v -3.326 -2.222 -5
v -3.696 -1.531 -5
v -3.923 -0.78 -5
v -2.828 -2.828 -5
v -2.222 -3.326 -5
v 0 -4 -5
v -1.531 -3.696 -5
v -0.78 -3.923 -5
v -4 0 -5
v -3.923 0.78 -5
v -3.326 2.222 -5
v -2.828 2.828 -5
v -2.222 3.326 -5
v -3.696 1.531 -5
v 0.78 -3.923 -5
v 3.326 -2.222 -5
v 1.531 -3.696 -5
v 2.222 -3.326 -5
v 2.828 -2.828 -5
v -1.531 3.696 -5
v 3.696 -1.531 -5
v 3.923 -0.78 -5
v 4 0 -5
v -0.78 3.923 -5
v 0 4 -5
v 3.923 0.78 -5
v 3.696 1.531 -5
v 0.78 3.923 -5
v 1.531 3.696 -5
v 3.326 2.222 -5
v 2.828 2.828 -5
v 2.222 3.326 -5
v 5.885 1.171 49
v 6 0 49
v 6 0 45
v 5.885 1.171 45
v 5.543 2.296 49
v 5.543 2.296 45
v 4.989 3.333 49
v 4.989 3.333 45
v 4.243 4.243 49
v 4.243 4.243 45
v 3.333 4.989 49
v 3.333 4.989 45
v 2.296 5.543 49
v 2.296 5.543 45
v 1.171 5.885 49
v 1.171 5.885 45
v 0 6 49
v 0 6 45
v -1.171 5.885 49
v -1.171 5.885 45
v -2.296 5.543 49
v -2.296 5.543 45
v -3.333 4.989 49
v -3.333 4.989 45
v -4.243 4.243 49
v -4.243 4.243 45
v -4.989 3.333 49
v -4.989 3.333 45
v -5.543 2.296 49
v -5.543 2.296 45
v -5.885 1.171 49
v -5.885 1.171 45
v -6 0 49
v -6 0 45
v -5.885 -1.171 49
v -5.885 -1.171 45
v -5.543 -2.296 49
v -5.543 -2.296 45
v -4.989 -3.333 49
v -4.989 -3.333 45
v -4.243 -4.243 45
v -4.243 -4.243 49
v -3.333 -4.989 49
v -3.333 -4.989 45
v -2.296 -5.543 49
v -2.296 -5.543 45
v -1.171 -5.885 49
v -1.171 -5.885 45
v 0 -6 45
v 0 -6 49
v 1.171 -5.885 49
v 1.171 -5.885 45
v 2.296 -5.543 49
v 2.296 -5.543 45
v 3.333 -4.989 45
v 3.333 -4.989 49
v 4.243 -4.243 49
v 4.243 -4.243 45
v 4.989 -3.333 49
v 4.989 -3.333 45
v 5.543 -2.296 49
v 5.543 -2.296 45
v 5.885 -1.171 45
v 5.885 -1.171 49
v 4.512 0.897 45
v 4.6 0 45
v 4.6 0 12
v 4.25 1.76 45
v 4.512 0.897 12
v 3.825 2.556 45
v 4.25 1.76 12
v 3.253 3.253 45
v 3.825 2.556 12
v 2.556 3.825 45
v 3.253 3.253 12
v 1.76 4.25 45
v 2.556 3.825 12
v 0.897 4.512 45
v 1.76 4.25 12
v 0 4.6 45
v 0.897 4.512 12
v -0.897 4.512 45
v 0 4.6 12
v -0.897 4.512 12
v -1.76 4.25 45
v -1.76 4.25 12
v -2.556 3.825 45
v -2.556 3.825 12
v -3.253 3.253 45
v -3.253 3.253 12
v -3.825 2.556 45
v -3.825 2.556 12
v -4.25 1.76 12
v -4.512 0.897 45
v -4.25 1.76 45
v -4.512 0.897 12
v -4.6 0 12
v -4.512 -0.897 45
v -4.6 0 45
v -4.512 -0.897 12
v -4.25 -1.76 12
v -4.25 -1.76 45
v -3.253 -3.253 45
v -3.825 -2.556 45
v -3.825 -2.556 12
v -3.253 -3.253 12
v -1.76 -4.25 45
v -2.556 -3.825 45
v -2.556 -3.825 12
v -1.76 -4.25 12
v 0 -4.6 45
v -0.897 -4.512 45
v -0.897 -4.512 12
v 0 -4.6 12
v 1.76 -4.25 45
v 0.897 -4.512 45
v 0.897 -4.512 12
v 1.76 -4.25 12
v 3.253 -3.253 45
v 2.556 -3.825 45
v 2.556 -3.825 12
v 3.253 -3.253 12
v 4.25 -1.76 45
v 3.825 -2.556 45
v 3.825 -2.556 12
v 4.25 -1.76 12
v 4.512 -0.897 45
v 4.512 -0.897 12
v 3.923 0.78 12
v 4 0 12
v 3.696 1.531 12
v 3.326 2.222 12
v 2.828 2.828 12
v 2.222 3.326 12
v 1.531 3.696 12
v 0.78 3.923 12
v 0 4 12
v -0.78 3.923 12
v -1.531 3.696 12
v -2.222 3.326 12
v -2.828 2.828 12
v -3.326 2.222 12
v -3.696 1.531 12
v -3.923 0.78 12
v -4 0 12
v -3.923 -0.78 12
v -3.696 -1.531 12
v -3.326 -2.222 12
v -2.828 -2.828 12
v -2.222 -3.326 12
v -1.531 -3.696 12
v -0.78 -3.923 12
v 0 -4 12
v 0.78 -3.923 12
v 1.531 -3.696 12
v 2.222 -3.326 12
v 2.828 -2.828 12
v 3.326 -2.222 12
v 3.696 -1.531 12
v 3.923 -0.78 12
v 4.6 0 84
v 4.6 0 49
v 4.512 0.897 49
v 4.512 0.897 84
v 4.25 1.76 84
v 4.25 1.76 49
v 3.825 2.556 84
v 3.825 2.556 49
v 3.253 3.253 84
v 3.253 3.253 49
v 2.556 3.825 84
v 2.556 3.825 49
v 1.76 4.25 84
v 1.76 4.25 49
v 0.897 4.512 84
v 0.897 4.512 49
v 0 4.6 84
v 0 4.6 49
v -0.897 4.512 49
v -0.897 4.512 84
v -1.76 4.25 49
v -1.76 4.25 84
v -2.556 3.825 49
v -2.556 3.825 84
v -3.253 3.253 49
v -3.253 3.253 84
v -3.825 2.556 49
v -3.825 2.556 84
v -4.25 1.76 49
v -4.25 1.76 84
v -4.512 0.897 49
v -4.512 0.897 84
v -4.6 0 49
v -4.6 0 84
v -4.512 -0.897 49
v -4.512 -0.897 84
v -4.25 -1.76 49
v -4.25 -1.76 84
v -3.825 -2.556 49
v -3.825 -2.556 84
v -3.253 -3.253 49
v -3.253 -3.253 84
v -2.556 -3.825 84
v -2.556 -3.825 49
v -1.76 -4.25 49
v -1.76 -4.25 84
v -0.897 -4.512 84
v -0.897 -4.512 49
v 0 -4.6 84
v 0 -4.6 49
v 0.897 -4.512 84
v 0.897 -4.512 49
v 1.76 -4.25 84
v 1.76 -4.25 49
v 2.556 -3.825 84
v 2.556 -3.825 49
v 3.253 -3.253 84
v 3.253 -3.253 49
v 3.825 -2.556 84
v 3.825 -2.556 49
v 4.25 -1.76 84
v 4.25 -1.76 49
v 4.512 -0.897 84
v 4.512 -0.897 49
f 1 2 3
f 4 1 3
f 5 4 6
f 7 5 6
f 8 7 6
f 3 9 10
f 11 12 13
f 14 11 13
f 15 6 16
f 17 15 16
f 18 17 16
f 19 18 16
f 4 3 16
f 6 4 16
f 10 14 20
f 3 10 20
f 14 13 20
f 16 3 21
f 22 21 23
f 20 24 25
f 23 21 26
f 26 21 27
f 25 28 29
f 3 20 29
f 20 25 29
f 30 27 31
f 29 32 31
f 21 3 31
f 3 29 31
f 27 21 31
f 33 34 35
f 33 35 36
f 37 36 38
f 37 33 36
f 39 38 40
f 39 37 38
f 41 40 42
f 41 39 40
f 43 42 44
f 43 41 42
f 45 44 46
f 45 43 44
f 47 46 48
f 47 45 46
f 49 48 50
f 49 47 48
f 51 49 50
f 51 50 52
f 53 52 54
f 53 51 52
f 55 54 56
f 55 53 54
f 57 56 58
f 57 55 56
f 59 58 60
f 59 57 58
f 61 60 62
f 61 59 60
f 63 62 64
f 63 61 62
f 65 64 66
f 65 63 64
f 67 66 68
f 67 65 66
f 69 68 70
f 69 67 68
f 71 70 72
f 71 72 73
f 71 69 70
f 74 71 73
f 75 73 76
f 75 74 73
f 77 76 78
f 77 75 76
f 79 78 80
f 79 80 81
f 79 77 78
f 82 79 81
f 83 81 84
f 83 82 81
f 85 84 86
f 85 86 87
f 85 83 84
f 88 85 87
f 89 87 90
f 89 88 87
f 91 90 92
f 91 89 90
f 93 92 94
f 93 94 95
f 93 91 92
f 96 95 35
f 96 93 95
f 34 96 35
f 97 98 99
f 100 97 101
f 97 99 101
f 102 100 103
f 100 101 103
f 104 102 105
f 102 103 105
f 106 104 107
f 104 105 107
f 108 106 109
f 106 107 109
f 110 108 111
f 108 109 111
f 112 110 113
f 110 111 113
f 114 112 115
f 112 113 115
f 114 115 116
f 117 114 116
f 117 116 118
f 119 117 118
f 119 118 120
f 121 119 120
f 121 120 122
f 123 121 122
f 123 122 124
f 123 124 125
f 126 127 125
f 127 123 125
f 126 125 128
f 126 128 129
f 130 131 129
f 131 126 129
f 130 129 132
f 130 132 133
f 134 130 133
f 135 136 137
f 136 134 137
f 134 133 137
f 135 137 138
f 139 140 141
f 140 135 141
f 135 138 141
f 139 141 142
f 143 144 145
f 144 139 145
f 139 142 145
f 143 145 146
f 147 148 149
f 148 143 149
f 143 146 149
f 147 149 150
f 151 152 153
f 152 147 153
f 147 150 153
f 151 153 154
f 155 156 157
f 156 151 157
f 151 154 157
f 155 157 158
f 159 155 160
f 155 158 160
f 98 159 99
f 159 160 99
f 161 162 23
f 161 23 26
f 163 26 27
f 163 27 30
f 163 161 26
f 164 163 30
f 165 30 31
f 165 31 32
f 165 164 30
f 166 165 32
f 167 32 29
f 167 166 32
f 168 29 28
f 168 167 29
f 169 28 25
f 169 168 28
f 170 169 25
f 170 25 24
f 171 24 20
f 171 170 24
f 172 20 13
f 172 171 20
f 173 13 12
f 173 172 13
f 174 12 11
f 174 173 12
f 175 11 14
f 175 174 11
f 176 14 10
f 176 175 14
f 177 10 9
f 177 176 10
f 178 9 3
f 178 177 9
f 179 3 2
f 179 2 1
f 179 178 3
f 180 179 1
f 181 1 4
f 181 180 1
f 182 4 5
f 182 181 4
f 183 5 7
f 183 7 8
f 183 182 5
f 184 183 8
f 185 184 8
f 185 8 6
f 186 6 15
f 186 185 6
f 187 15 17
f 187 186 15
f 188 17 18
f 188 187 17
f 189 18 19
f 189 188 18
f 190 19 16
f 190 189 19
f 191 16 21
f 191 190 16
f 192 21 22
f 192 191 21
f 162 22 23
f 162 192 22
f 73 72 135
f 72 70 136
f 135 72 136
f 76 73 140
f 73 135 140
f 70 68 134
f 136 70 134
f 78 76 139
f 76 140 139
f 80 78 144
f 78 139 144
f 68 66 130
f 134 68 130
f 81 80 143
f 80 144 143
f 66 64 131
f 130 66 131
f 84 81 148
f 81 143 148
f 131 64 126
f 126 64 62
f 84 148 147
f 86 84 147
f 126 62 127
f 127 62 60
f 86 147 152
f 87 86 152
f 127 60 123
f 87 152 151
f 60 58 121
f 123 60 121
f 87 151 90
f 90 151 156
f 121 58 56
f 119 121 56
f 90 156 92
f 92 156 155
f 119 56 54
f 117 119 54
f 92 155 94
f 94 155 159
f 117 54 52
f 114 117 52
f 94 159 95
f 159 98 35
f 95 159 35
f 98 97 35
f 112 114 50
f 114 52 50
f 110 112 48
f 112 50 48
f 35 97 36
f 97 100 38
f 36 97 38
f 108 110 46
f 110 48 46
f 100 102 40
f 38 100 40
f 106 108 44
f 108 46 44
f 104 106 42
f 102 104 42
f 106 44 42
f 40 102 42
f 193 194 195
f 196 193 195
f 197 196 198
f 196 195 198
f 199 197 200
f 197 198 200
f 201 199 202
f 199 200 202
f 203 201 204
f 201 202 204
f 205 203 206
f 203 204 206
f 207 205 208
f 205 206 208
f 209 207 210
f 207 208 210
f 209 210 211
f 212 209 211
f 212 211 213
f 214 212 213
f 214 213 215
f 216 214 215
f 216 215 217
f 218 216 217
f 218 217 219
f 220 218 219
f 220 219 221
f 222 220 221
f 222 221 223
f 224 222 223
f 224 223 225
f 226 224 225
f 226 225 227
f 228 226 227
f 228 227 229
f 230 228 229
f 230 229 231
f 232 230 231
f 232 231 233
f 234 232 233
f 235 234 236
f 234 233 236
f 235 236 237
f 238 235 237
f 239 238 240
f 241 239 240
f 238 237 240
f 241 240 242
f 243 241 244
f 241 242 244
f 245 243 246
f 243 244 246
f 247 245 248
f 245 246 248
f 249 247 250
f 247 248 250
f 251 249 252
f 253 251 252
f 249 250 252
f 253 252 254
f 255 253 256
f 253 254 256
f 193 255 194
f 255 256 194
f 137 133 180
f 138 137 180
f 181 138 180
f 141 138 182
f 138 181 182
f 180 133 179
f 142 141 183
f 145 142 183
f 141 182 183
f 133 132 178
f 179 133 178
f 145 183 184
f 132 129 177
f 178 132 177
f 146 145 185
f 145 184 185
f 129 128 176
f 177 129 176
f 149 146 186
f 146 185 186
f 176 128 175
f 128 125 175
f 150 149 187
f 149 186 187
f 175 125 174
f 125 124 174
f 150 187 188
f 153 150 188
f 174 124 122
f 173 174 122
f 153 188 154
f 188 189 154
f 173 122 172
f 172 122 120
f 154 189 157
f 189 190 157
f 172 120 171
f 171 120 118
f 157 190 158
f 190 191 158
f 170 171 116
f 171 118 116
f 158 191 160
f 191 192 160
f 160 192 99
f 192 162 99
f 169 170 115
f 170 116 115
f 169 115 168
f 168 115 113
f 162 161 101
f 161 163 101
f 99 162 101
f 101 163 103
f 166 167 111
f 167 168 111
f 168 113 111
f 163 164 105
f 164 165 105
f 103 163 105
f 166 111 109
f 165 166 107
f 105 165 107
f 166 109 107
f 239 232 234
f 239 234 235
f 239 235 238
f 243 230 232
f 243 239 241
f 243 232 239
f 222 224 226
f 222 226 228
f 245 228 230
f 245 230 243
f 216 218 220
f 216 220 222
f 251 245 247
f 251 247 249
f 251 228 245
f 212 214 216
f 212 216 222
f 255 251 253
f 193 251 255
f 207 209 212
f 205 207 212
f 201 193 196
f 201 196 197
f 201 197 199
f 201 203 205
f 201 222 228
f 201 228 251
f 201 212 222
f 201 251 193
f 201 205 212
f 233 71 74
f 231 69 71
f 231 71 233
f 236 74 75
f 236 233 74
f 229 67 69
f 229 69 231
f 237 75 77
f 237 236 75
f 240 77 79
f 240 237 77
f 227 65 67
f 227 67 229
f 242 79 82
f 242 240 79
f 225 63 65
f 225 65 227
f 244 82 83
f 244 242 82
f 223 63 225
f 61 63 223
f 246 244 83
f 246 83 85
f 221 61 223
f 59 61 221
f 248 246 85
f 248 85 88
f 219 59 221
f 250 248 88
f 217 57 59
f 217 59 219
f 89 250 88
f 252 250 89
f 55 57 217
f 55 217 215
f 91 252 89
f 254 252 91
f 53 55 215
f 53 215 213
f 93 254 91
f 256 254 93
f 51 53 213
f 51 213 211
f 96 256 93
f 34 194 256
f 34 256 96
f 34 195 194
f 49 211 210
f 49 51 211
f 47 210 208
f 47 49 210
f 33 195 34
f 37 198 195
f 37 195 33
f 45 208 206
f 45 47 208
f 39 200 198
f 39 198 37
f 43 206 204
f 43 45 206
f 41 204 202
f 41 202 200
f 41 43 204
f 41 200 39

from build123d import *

# Parameters (mm, degrees)
BOSS_EXTRUDE1_START = 12
SKETCH1_R           = 4
BOSS_EXTRUDE1_DEPTH = 17
BOSS_EXTRUDE2_START = 12
SKETCH2_R           = 4.6
BOSS_EXTRUDE2_DEPTH = 72
BOSS_EXTRUDE3_START = 49
SKETCH3_R           = 6
BOSS_EXTRUDE3_DEPTH = 4


with BuildPart() as part:
    # Sketch1 → Boss-Extrude1 (new body)
    with BuildSketch(Plane.XY.offset(BOSS_EXTRUDE1_START)):
        Circle(SKETCH1_R)
    extrude(amount=-BOSS_EXTRUDE1_DEPTH)

    # Sketch2 → Boss-Extrude2 (add)
    with BuildSketch(Plane.XY.offset(BOSS_EXTRUDE2_START)):
        Circle(SKETCH2_R)
    extrude(amount=BOSS_EXTRUDE2_DEPTH)

    # Sketch3 → Boss-Extrude3 (add)
    with BuildSketch(Plane.XY.offset(BOSS_EXTRUDE3_START)):
        Circle(SKETCH3_R)
    extrude(amount=-BOSS_EXTRUDE3_DEPTH)


solid = part.part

========

Every line from the start of the listing through the line with "v 2.828 -2.828 -5" should be reproduced exactly, and no other line.

_Written solution_.
v -3.326 -2.222 -5
v -3.696 -1.531 -5
v -3.923 -0.78 -5
v -2.828 -2.828 -5
v -2.222 -3.326 -5
v 0 -4 -5
v -1.531 -3.696 -5
v -0.78 -3.923 -5
v -4 0 -5
v -3.923 0.78 -5
v -3.326 2.222 -5
v -2.828 2.828 -5
v -2.222 3.326 -5
v -3.696 1.531 -5
v 0.78 -3.923 -5
v 3.326 -2.222 -5
v 1.531 -3.696 -5
v 2.222 -3.326 -5
v 2.828 -2.828 -5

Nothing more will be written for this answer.